Meta-analysis identifies mitochondrial DNA sequence variants associated with walking speed
Declines in walking speed are associated with a variety of poor health outcomes including disability, comorbidity, and mortality. While genetic factors are putative contributors to variability in walking, few genetic loci have been identified for this trait. We examined the role of mitochondrial genomic variation on walking speed by sequencing the entire mitochondrial DNA (mtDNA). Data were meta-analyzed from 1758 Lifestyle Interventions and Independence for Elders (LIFE) Study and replication data from 730 Health, Aging, and Body Composition (HABC) Study participants with baseline walking speed information. Participants were 69+ years old of diverse racial backgrounds (African, European, and other race/ethnic groups) and had a wide range of mean walking speeds [4–6 m (0.78–1.09 m/s) and 400 m (0.83–1.24 m/s)]. Meta-analysis across studies and racial groups showed that m.12705C>T, ND5 variant was significantly associated (p < 0.0001) with walking speed at both short and long distances. Replication and meta-analysis also identified statistically significant walking speed associations (p < 0.0001) between the m.5460.G>A, ND2 and m.309C>CT, HV2 variants at short and long distances, respectively. All results remained statistically significant after multiple comparisons adjustment for 499 mtDNA variants. The m.12705C>T variant can be traced to the beginnings of human global migration and that cells carrying this variant display altered tRNA expression. Significant pooled effects related to stopping during the long-distance walk test were observed across OXPHOS complexes I (p = 0.0017) and III (p = 0.0048). These results suggest that mtDNA-encoded variants are associated with differences in walking speed among older adults, potentially identifying those at risk of developing mobility impairments.
KeywordsGait speed Aging Mobility Disability Energy
TMM and GJT were responsible for the study concept, obtained funding, and created initial draft of manuscript and results; GJT and JAK: statistical analyses; MP: PI of the LIFE study and obtained funding for the LIFE study. Authors MMM, CAF, RAF, FH, NJ, SK, TBH, ABN, SRC, ACK, MP, and AJS were responsible for data collection, critical revisions of content, and approval of final version for publication; GJT and JAK had full access to all of the data (including statistical reports and tables) and can take responsibility for the integrity of the data and the accuracy of the data analysis.

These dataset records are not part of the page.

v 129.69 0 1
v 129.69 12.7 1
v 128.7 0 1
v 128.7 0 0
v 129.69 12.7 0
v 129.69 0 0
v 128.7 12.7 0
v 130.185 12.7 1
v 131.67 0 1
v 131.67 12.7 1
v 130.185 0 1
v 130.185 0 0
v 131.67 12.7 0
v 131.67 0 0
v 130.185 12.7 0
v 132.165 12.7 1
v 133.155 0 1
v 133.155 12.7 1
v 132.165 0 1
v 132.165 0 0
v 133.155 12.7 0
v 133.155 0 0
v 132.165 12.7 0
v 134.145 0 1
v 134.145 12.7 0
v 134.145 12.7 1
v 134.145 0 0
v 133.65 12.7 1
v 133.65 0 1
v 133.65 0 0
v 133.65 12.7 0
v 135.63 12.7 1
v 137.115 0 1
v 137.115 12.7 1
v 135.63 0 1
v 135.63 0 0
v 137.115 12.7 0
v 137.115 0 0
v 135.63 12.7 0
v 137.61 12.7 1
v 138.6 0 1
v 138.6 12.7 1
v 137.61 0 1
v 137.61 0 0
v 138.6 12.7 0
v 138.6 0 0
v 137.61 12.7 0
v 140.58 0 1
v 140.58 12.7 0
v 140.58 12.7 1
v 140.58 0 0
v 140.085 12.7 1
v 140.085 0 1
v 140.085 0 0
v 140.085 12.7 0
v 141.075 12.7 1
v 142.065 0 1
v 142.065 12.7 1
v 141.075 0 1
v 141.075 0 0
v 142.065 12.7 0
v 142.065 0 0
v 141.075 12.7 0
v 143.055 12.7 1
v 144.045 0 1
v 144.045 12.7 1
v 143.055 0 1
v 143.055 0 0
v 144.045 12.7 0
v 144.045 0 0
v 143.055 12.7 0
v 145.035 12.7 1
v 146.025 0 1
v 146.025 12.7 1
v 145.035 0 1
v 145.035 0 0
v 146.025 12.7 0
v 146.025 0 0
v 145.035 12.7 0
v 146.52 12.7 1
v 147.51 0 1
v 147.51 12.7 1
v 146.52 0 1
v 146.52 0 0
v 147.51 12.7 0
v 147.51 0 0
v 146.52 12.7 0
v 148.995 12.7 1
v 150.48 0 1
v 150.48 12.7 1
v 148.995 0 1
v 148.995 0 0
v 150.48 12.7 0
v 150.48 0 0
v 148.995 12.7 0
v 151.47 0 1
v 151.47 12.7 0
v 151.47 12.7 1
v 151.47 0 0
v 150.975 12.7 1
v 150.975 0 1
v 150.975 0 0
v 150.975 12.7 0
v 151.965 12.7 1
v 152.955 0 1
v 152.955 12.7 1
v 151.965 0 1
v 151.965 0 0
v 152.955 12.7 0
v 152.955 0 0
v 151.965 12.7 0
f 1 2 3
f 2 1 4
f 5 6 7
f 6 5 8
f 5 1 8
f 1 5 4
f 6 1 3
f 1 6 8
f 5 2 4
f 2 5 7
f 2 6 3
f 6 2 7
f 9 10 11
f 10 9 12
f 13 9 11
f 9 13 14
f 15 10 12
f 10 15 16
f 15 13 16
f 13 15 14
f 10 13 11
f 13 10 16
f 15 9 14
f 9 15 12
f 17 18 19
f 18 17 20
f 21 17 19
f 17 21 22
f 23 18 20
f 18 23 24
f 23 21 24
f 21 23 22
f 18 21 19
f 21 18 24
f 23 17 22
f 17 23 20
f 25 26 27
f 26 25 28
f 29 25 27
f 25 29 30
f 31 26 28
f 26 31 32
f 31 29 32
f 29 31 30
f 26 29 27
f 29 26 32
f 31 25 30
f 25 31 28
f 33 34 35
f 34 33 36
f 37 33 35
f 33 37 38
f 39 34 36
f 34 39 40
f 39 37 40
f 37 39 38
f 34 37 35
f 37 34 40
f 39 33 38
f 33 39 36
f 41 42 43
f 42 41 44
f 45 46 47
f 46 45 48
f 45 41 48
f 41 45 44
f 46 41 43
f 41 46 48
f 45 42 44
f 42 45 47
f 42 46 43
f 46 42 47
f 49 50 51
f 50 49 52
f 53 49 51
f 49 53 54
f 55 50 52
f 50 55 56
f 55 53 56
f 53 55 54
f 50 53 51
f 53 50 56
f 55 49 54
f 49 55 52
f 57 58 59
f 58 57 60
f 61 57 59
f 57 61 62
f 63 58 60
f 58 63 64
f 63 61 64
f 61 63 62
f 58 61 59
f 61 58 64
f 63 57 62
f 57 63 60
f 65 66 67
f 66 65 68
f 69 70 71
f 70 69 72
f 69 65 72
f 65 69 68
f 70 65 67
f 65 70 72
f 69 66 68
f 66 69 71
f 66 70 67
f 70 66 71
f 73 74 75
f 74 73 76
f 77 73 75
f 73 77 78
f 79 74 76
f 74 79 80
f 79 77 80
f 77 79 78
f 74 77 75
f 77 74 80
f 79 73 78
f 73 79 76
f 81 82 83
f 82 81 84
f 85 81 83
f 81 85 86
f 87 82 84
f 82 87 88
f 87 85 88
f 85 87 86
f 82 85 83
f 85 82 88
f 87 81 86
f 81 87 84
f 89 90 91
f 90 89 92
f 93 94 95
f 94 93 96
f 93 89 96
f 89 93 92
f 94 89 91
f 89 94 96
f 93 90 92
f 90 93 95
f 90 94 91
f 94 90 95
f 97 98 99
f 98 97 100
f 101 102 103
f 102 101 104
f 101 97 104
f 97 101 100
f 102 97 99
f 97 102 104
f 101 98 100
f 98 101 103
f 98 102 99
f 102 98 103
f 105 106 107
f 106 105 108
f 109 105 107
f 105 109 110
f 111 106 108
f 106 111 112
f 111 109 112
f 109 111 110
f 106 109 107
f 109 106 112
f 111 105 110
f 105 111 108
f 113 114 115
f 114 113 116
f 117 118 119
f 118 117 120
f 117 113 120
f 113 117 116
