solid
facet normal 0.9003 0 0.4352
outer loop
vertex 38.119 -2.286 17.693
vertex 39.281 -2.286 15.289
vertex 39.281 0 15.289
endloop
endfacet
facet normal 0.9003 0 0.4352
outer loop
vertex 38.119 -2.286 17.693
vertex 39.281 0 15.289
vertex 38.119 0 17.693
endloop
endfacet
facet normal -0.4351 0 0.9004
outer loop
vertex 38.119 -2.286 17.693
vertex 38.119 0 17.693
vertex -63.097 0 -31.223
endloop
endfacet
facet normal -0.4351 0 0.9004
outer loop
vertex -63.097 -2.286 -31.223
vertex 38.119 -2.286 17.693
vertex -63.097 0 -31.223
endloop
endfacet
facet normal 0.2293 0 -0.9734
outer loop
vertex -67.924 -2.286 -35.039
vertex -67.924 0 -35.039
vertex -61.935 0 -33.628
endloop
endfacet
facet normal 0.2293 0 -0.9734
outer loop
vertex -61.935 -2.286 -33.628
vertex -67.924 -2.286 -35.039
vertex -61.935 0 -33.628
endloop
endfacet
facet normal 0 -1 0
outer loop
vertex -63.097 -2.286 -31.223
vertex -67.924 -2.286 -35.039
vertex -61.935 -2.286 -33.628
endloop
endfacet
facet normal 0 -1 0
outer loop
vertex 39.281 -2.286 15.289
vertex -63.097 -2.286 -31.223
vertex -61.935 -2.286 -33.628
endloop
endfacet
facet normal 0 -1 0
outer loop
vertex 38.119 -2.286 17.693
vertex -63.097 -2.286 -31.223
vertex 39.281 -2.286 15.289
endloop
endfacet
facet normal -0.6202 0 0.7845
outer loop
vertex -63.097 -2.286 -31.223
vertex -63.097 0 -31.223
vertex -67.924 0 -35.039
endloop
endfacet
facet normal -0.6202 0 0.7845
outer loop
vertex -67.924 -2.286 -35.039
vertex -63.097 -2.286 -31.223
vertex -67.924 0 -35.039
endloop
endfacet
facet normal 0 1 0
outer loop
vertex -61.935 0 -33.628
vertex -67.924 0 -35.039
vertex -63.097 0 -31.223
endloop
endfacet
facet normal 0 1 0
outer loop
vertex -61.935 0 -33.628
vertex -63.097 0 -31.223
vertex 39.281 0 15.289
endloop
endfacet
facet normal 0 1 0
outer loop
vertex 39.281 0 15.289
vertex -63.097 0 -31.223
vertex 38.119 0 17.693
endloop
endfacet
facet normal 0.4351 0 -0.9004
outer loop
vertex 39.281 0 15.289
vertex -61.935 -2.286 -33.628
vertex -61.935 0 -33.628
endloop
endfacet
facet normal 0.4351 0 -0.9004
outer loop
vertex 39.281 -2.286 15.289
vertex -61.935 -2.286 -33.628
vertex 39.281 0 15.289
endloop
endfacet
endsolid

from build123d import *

# Parameters (mm, degrees)
F1_DEPTH = 2.286
F2_DEPTH = 2.286


with BuildPart() as f1:
    # F0 (on Front) → F1 (new body)
    with BuildSketch(Plane.XZ):
        Polygon((39.280557, 15.288984), (38.11859, 17.693268), (-63.09732, -31.223414), (-67.924149, -35.039101), (-61.935353, -33.627699), align=None)
    extrude(amount=F1_DEPTH)

    # F1_face (on face) → F2 (join)
    with BuildSketch(Plane(origin=(-13.27206, -2.286, -8.626268), x_dir=(1, 0, 0), z_dir=(0, -1, 0))):
        Polygon((-48.663293, -25.001431), (52.552618, 23.915252), (51.39065, 26.319536), (-49.82526, -22.597146), (-54.652089, -26.412833), align=None)
    extrude(amount=-F2_DEPTH)


solid = f1.part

This work is primarily supported by R01HL121023. The Lifestyle Interventions and Independence for Elders Study was funded by a National Institutes of Health/National Institute on Aging Cooperative Agreement #UO1 AG22376 and a supplement from the National Heart, Lung, and Blood Institute 3U01AG022376- 05A2S and sponsored in part by the Intramural Research Program, National Institute on Aging, NIH. The research is partially supported by the Claude D. Pepper Older Americans Independence Centers at the University of Florida (1 P30 AG028740), Wake Forest University (1 P30 AG21332), Tufts University (1P30AG031679), University of Pittsburgh (P30 AG024827), and the NIH/NCRR CTSA at Stanford University (UL1 RR025744); Tufts University is also supported by the Boston Rehabilitation Outcomes Center (1R24HD065688-01A1). LIFE investigators are also partially supported by the following: Dr. Carlos Fragoso (Spirometry Reading Center, Yale University) is the recipient of a Career Development Award from the Department of Veterans Affairs. Dr. Roger Fielding (Tufts University) is partially supported by the U.S. Department of Agriculture, under agreement No. 58-1950-0-014. Any opinions, findings, conclusion, or recommendations expressed in this publication are those of the author(s) and do not necessarily reflect the view of the U.S. Dept of Agriculture. This Health, Aging, and Body Composition Study was supported in part by the Intramural Research Program of the NIH, National Institute on Aging, Contracts N01-AG-6-2101, N01-AG-6-2103, and N01-AG-6-2106; National Institutes of Health grants R01-AG028050, R03-AG032498, R01-NR012459, Z01A6000932, and R01-HL121023; and grants from the Research and Education Leadership Committee of the CPMC Foundation and the L. K. Whittier Foundation.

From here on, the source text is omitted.